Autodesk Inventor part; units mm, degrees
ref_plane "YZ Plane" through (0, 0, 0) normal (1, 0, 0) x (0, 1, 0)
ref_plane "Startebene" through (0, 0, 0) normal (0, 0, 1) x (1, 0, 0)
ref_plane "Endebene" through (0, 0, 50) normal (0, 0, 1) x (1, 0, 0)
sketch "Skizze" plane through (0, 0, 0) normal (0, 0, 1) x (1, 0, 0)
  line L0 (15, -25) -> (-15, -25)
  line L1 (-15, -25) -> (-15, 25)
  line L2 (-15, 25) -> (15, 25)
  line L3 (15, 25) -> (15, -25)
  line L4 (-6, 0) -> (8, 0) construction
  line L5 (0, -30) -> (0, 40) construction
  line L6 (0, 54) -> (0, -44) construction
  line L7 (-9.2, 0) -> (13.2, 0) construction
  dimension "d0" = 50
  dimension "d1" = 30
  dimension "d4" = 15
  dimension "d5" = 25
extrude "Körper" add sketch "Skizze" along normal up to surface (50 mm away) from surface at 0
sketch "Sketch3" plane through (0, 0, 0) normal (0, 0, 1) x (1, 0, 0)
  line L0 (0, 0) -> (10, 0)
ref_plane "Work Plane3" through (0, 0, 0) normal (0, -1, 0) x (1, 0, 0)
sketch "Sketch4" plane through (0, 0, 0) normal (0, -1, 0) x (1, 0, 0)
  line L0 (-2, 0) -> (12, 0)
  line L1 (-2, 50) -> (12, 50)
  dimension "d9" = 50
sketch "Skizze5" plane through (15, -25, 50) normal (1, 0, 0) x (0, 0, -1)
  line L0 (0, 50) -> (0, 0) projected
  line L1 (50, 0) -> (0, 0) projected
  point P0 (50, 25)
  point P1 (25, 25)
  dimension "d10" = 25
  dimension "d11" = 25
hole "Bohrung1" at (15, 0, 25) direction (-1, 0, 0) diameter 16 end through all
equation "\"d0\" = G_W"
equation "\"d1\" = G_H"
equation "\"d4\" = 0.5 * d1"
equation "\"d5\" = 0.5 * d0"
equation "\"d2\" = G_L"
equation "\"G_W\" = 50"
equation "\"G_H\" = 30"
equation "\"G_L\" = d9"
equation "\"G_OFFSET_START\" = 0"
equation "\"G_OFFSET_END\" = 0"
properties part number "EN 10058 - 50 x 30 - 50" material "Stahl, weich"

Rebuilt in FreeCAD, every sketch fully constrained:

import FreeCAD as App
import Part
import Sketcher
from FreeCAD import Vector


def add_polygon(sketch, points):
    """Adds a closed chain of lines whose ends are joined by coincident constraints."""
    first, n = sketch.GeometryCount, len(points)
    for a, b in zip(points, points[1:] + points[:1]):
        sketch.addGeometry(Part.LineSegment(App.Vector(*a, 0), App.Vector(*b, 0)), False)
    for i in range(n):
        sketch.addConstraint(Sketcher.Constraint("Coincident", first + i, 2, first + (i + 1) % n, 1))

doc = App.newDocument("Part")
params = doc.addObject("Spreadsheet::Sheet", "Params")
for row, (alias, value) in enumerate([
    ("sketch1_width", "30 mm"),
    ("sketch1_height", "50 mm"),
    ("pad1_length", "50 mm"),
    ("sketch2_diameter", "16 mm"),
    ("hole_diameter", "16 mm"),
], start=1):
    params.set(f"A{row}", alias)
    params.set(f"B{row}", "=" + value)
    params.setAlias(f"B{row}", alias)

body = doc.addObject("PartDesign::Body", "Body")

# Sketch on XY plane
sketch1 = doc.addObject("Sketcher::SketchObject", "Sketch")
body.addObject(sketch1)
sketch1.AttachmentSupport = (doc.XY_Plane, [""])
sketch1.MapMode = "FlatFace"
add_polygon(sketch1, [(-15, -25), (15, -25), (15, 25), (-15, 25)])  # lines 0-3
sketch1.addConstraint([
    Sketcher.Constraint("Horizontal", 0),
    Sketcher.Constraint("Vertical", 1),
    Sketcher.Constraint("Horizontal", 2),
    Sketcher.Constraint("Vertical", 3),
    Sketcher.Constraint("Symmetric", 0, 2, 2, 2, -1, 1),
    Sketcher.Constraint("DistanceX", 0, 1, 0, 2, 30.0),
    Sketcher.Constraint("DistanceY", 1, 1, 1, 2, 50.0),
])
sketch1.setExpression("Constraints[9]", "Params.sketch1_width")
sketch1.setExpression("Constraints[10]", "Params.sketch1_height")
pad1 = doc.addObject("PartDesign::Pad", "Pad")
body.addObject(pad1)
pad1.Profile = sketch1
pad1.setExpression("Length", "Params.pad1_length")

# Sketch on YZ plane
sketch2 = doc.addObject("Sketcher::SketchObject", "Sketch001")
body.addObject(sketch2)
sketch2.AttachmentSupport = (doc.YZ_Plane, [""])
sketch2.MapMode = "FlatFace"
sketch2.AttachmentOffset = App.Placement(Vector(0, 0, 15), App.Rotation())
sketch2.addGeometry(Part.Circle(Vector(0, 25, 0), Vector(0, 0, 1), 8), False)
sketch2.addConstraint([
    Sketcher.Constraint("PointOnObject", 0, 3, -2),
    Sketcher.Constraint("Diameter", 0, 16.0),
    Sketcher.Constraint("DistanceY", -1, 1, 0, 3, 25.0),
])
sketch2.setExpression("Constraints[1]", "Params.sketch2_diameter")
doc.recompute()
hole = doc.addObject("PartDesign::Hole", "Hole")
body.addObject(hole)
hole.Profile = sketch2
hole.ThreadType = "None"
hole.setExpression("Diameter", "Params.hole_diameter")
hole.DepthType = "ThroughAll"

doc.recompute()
+-------+
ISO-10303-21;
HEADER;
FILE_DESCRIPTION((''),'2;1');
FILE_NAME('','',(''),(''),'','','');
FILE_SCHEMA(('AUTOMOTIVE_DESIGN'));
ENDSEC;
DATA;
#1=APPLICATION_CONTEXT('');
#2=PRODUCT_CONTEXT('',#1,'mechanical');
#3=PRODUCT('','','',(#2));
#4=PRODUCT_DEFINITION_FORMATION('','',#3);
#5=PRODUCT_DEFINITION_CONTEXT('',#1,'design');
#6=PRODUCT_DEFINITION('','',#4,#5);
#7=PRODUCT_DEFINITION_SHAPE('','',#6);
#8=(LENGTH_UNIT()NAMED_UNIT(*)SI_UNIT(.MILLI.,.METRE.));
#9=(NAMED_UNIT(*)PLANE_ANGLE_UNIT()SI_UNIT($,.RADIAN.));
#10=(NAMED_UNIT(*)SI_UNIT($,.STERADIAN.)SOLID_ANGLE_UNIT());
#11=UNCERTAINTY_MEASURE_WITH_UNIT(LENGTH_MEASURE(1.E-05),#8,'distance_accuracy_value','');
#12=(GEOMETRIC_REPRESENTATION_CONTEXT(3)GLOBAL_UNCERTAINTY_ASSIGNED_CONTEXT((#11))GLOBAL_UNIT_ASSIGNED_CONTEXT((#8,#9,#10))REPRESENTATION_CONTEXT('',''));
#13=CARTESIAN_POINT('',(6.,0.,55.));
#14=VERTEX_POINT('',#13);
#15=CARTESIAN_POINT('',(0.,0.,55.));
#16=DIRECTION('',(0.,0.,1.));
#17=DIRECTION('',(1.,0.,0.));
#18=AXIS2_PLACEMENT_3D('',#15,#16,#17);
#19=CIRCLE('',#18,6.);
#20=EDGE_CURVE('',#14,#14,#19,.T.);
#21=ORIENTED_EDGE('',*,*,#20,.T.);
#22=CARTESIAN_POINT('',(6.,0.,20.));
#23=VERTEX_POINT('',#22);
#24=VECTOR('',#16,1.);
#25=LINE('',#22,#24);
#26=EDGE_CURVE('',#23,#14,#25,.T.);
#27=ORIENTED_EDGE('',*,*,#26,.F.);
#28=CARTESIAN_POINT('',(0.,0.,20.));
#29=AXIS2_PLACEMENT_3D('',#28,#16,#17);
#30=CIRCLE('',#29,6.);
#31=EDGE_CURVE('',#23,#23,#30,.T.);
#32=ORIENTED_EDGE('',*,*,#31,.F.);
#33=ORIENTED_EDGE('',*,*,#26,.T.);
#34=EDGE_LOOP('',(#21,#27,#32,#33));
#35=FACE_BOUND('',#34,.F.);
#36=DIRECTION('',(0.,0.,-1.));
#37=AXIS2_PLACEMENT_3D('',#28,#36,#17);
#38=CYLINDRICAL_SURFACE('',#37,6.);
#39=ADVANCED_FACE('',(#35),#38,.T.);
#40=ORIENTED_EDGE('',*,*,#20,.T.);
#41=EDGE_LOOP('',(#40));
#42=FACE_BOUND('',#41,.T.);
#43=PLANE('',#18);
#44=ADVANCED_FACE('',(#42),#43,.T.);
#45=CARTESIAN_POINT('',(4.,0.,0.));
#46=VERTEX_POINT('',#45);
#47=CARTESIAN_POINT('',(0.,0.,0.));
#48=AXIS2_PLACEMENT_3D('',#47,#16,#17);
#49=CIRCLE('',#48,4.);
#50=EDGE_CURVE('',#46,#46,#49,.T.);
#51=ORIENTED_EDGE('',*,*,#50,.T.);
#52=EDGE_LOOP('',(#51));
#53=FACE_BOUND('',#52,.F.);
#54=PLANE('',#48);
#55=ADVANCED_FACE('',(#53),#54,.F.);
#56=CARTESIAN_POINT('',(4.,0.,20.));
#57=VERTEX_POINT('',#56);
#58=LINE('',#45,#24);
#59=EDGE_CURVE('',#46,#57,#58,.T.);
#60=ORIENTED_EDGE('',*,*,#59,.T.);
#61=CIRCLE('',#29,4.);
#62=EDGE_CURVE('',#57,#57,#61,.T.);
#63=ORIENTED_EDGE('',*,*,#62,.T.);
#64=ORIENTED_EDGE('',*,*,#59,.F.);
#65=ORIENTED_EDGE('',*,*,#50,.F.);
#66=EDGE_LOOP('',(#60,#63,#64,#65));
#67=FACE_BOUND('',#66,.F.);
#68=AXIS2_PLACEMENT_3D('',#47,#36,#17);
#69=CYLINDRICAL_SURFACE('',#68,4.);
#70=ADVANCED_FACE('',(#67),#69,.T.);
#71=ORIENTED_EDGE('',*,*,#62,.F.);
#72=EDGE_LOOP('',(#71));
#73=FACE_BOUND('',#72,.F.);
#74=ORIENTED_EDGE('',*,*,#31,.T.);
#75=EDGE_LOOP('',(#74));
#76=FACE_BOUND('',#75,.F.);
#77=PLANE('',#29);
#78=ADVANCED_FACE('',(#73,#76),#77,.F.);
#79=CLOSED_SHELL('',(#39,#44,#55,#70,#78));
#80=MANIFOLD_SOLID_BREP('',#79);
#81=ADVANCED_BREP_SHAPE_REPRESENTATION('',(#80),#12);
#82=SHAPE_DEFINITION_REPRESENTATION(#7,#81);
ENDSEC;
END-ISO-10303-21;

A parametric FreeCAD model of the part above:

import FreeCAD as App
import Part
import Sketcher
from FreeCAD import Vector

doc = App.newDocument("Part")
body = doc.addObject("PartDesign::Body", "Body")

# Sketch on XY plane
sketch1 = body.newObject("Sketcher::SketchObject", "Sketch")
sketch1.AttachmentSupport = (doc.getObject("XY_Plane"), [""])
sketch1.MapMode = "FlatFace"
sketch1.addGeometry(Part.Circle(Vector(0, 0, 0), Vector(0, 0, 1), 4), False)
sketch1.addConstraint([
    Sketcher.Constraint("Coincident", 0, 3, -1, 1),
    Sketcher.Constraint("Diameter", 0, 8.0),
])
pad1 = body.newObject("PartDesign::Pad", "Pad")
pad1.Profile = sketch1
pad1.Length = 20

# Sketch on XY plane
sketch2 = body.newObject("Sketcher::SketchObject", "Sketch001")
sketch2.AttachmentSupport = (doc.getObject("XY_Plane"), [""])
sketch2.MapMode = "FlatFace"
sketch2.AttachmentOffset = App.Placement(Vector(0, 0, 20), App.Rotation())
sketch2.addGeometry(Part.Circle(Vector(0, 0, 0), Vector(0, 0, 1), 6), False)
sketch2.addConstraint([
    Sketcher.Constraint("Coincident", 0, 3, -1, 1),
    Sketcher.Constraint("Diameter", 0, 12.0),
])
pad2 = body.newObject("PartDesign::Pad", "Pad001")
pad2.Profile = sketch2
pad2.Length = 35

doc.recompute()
+-------+
What the task asks: Lines wanted from the listing above: the line with "#45=CARTESIAN_POINT('',(4.,0.,0.));" up to and including the line with "#55=ADVANCED_FACE('',(#53),#54,.F.);". Please write them out exactly, adding nothing else.

Solution to the exercise:
#45=CARTESIAN_POINT('',(4.,0.,0.));
#46=VERTEX_POINT('',#45);
#47=CARTESIAN_POINT('',(0.,0.,0.));
#48=AXIS2_PLACEMENT_3D('',#47,#16,#17);
#49=CIRCLE('',#48,4.);
#50=EDGE_CURVE('',#46,#46,#49,.T.);
#51=ORIENTED_EDGE('',*,*,#50,.T.);
#52=EDGE_LOOP('',(#51));
#53=FACE_BOUND('',#52,.F.);
#54=PLANE('',#48);
#55=ADVANCED_FACE('',(#53),#54,.F.);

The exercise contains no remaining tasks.